Security vulnerability in EasySSO HTTP Headers authenticator

Incident Report for TechTime Initiative Group

Resolved

All Customers with active EasySSO licenses have been informed. Atlassian has been informed. The documentation has been updated:

http://techtime.co.nz/display/TECHTIME/EasySSO+with+Headers
http://techtime.co.nz/display/TECHTIME/EasySSO+with+Headers+-+Configuration

Posted Oct 23, 2019 - 15:00 NZDT

Monitoring

This vulnerability exists in all versions of the app starting from 3.0.0.

The other four authenticators (NTLM, Kerberos, SAML and X.509) are not affected.
Unfortunately, there is no way for us to tell what specific authenticator customers like you are using, so we are informing everyone.

The possible attack is predicated on the ability of a malicious client to access Atlassian application (configured with EasySSO HTTP Header authentication) directly over the network via non-proxied access or through a proxy not configured securely. Though it was never envisioned that HTTP Headers authenticator will be deployed insecurely with the above access possible, we nevertheless accept this as a problem in our product.

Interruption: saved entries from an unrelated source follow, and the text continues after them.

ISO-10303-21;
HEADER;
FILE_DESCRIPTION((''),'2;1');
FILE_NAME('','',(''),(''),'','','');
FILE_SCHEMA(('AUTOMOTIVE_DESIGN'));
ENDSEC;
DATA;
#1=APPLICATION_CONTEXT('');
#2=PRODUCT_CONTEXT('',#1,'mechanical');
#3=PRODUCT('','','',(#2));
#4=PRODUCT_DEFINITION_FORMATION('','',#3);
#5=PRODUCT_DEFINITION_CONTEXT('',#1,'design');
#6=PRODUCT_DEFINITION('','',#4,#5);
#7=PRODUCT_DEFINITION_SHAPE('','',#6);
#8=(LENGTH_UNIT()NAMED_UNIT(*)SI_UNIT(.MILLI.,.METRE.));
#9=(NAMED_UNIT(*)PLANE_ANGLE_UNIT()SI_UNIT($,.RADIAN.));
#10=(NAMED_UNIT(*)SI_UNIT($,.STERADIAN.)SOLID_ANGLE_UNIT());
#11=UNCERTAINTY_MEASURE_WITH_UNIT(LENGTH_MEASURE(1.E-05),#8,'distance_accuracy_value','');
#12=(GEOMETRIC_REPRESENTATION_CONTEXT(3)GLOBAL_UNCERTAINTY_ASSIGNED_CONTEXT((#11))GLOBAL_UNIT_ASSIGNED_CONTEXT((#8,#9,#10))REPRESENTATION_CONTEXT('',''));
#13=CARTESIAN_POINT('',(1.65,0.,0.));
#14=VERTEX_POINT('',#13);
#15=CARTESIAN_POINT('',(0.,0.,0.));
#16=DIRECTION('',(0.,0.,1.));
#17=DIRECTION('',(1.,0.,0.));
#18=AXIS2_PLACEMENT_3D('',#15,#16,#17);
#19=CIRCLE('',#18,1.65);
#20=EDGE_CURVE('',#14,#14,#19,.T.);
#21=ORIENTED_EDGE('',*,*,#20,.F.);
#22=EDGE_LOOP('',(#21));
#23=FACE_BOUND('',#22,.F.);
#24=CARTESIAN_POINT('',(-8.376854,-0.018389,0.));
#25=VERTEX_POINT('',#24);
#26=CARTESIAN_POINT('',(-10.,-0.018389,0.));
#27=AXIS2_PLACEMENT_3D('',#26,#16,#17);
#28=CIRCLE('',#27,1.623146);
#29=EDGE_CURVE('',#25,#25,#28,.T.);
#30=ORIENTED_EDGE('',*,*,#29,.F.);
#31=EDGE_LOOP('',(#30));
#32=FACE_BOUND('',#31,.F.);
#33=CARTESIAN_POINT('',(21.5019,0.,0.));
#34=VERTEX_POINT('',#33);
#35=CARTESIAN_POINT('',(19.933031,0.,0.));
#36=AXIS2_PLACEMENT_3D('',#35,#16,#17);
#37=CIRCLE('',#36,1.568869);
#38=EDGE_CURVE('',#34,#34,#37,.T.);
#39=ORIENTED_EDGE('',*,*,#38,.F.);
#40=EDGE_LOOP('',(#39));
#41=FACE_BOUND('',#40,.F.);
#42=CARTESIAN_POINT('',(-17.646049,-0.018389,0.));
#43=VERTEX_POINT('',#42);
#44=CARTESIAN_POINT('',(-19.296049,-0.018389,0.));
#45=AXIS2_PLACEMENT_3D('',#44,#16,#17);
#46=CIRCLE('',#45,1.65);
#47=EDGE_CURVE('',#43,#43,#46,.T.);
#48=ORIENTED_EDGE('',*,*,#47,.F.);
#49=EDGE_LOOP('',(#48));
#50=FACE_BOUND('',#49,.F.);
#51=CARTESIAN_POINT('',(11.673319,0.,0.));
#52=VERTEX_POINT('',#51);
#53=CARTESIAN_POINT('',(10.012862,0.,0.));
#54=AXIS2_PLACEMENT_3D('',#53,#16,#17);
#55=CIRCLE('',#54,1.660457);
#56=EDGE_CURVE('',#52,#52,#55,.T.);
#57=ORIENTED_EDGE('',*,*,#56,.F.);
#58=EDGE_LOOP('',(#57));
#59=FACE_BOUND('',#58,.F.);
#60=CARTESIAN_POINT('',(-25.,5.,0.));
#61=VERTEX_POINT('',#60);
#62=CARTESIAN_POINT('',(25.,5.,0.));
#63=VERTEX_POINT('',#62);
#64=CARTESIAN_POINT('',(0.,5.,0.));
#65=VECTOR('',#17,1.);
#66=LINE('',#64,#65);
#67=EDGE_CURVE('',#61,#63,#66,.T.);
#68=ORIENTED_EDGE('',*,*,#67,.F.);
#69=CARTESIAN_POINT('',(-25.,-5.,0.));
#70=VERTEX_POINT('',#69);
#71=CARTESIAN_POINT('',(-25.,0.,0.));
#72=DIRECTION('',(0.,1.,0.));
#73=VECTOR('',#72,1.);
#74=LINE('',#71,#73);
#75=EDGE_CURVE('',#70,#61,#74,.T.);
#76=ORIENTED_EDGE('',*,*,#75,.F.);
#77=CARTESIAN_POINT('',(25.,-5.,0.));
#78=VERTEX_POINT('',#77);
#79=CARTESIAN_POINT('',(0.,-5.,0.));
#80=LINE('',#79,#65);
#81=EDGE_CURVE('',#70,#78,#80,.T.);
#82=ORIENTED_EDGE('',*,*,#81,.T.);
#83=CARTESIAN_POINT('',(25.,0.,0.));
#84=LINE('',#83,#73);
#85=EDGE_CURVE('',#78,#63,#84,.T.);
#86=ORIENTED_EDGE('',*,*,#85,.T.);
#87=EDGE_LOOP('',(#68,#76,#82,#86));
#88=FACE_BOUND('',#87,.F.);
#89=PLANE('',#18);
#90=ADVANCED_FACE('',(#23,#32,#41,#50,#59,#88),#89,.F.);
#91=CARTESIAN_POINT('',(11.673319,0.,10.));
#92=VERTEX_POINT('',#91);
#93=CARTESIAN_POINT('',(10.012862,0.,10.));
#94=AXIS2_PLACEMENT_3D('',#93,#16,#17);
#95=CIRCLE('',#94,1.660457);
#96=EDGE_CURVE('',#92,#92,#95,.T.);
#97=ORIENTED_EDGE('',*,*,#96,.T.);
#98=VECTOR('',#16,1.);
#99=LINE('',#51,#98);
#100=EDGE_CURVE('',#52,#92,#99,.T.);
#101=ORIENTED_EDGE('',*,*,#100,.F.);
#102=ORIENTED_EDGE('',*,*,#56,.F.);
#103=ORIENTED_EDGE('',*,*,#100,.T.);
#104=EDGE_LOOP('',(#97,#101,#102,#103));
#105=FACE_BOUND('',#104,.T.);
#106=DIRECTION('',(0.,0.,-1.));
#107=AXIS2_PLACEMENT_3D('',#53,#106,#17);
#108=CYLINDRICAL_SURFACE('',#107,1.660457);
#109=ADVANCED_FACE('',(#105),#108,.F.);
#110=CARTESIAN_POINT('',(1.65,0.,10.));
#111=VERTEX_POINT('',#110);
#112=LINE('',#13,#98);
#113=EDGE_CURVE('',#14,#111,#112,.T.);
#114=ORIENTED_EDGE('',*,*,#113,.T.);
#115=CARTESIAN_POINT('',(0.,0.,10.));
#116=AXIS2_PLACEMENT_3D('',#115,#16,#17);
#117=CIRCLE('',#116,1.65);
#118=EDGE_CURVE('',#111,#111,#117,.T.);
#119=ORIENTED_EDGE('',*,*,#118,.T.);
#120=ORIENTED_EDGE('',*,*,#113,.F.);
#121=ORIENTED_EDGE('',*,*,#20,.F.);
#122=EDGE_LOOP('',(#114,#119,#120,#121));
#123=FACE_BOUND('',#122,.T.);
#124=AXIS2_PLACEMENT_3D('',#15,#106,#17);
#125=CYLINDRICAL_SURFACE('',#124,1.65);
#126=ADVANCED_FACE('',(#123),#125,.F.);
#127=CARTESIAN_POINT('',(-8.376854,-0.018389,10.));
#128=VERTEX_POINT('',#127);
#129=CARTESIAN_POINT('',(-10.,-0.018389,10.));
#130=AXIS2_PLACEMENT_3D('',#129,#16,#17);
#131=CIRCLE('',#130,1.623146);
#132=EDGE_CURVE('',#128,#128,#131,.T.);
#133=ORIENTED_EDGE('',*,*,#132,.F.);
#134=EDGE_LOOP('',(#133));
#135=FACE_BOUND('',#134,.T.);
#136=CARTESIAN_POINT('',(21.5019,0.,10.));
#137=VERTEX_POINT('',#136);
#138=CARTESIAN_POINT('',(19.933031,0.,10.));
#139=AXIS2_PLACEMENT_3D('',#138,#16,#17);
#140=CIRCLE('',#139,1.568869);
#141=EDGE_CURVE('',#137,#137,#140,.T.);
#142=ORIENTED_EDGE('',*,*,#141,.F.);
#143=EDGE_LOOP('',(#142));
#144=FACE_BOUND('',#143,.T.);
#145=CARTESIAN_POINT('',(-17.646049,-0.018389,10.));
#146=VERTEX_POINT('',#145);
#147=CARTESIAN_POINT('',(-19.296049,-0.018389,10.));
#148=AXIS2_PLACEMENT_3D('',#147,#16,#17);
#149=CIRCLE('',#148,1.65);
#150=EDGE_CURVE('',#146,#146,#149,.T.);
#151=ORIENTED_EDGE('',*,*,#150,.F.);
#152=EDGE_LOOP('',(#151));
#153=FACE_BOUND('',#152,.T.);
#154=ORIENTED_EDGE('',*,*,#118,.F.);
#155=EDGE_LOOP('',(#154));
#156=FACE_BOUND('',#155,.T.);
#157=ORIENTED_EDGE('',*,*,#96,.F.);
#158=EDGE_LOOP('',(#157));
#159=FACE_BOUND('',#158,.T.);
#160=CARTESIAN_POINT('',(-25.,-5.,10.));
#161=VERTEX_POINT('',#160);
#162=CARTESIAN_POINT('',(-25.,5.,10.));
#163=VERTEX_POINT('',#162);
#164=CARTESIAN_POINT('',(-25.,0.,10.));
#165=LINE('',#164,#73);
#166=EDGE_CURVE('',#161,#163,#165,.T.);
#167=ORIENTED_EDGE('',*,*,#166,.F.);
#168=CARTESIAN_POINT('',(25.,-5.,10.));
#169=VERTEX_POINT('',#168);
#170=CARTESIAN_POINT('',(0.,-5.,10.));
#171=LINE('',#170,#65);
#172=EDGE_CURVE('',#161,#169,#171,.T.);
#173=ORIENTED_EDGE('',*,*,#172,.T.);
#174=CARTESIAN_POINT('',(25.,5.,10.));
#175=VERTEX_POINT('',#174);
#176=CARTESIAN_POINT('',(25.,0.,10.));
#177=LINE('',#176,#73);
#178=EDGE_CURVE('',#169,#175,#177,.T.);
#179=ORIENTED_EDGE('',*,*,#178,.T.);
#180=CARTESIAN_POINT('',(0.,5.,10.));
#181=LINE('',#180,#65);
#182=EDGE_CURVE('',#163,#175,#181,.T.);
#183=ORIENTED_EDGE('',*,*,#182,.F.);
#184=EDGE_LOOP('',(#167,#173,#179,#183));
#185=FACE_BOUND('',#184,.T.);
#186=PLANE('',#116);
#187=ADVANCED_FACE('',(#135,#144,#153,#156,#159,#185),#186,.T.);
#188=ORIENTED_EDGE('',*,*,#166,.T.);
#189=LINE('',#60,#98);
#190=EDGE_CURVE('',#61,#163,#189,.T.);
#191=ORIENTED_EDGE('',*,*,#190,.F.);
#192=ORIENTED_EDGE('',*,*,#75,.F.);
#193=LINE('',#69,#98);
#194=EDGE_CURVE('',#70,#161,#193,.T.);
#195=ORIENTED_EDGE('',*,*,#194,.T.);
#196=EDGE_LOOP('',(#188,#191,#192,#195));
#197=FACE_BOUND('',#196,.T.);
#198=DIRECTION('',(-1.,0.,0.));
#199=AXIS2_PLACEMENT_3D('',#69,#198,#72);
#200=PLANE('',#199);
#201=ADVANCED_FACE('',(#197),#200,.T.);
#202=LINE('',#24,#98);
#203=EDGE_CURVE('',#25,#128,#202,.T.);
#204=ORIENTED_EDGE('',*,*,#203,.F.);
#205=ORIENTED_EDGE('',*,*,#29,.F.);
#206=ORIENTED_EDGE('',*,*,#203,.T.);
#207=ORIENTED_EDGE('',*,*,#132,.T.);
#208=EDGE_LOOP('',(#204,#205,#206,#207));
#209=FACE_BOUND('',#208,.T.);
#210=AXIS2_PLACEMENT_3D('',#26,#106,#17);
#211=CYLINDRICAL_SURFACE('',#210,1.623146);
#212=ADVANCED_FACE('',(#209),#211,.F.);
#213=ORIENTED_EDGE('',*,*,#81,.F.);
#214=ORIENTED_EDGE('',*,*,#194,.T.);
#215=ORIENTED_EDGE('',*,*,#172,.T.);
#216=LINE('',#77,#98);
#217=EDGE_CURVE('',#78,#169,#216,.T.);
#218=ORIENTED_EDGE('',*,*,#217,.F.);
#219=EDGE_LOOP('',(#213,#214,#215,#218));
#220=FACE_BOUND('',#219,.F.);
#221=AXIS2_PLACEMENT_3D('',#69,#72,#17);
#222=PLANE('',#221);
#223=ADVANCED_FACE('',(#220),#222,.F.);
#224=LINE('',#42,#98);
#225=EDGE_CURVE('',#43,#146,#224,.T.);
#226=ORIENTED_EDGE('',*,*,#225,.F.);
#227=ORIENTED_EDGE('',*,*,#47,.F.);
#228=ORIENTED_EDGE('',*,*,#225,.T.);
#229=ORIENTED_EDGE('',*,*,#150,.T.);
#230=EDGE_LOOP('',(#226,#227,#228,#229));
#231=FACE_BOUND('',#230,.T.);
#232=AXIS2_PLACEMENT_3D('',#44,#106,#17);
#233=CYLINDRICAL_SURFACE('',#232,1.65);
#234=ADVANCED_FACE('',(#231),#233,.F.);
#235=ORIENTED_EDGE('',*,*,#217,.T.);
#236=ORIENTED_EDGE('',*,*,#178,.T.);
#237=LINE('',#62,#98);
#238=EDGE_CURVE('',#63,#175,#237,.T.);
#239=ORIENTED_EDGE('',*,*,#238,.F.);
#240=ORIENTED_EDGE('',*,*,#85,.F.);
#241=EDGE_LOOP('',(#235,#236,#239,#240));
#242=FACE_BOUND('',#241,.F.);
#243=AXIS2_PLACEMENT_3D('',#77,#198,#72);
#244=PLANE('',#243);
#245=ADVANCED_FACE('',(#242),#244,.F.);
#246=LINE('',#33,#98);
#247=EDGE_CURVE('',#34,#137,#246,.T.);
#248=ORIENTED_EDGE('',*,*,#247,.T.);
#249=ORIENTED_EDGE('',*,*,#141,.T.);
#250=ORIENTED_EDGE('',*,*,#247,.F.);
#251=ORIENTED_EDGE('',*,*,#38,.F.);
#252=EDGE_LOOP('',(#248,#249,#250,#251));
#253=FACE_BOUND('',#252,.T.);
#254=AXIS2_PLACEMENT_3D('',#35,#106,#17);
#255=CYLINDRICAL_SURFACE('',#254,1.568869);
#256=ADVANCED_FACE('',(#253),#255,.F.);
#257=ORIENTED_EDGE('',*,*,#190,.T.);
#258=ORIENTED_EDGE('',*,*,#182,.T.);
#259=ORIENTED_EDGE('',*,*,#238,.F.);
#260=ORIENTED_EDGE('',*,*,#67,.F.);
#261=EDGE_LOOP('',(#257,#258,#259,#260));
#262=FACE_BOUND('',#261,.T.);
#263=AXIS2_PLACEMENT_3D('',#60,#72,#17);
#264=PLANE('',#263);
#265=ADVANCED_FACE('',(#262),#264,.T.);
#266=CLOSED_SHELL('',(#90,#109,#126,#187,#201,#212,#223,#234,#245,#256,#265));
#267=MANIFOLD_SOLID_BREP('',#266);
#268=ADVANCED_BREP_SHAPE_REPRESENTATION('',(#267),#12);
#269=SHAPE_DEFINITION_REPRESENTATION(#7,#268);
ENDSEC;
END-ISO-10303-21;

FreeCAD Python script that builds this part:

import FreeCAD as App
import Part
import Sketcher
from FreeCAD import Vector

doc = App.newDocument("Part")
body = doc.addObject("PartDesign::Body", "Body")

sketch1 = body.newObject("Sketcher::SketchObject", "Sketch")
sketch1.AttachmentSupport = (doc.getObject("XY_Plane"), [""])
sketch1.MapMode = "FlatFace"
sketch1.addGeometry([
    Part.LineSegment(Vector(-25, 5, 0), Vector(-25, -5, 0)),
    Part.LineSegment(Vector(-25, -5, 0), Vector(25, -5, 0)),
    Part.LineSegment(Vector(25, -5, 0), Vector(25, 5, 0)),
    Part.LineSegment(Vector(25, 5, 0), Vector(-25, 5, 0)),
    Part.Circle(Vector(-19.3, 0, 0), Vector(0, 0, 1), 1.6),
    Part.Circle(Vector(-10, 0, 0), Vector(0, 0, 1), 1.6),
    Part.Circle(Vector(0, 0, 0), Vector(0, 0, 1), 1.6),
    Part.Circle(Vector(10, 0, 0), Vector(0, 0, 1), 1.7),
    Part.Circle(Vector(19.9, 0, 0), Vector(0, 0, 1), 1.6),
], False)
sketch1.addConstraint([
    Sketcher.Constraint("Coincident", 0, 2, 1, 1),
    Sketcher.Constraint("Coincident", 1, 2, 2, 1),
    Sketcher.Constraint("Coincident", 2, 2, 3, 1),
    Sketcher.Constraint("Coincident", 3, 2, 0, 1),
    Sketcher.Constraint("Vertical", 0),
    Sketcher.Constraint("Horizontal", 1),
    Sketcher.Constraint("Vertical", 2),
    Sketcher.Constraint("Horizontal", 3),
    Sketcher.Constraint("Coincident", 6, 3, -1, 1),
    Sketcher.Constraint("Equal", 4, 6),
    Sketcher.Constraint("Symmetric", 0, 2, 2, 2, -1, 1),
    Sketcher.Constraint("PointOnObject", 7, 3, -1),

We have scored the vulnerability as 8.1 (High) on CVSS base score.
Full CVSS 3.1 vector is: AV:A/AC:L/PR:N/UI:N/S:U/C:H/I:H/A:N/E:F/RL:O/RC:C

If you or your security team has questions about the exact nature of the vulnerability - please get back in touch with us on support@techtime.co.nz

Please do confirm first that you are actually using HTTP Headers authenticator with EasySSO (as most of our clients do not).

Here's how you can check:

In the current EasySSO versions, this can be done in Administration/Manage Add-Ons/TechTime Add-ons/EasySSO/Headers
In the older EasySSO versions, the same screen is available in Administration/Manage Add-Ons/TechTime Add-Ons/EasySSO/Advanced/Advanced Filtering Configuration/Custom Authentication

If you see no rows configured, for any headers or attributes - you are NOT affected.

If you are using HTTP Headers authenticator - please update to the latest version of EasySSO.

If the version of the base app that you run is not listed as compatible - please get back to us and we will issue a hotfix compatible with the version of the base application that you need.

We have issued versions 4.2.9 and 3.1.8 with the fix

Server:
Jira:
https://marketplace.atlassian.com/apps/1212581/easy-sso-jira-kerberos-ntlm-saml/version-history#b4002009005
Confluence: https://marketplace.atlassian.com/apps/1212583/easy-sso-confluence-kerberos-ntlm-saml/version-history#b4002009005
Bitbucket: https://marketplace.atlassian.com/apps/1214247/easy-sso-bitbucket-kerberos-ntlm-saml/version-history#b4002009005
Bamboo: https://marketplace.atlassian.com/apps/1214240/easy-sso-bamboo-kerberos-ntlm/version-history#b300100800
Fisheye/Crucible: https://marketplace.atlassian.com/apps/1214200/easy-sso-fisheye-kerberos-ntlm/version-history#b300100710

Data Center:
Jira: https://marketplace.atlassian.com/apps/1212581/easy-sso-jira-kerberos-ntlm-saml/version-history#b4002009000
Confluence: https://marketplace.atlassian.com/apps/1212583/easy-sso-confluence-kerberos-ntlm-saml/version-history#b4002009000
Bitbucket: https://marketplace.atlassian.com/apps/1214247/easy-sso-bitbucket-kerberos-ntlm-saml/version-history#b4002009000

Posted Oct 14, 2019 - 16:30 NZDT

Identified

We have confirmed the issue and are working on the fix.

Posted Oct 01, 2019 - 20:15 NZDT

Investigating

We have been made aware of the potential security vulnerability in HTTP Headers authenticator included in EasySSO

Posted Sep 30, 2019 - 19:15 NZDT

This incident affected: TechTime Server Apps (EasySSO for Jira Server, EasySSO for Confluence Server, EasySSO for Bitbucket Server, EasySSO for Bamboo Server, EasySSO for Fisheye/Crucible Server) and TechTime Data Center Apps (EasySSO for Bitbucket Data Center, EasySSO for Jira Data Center, EasySSO for Confluence Data Center).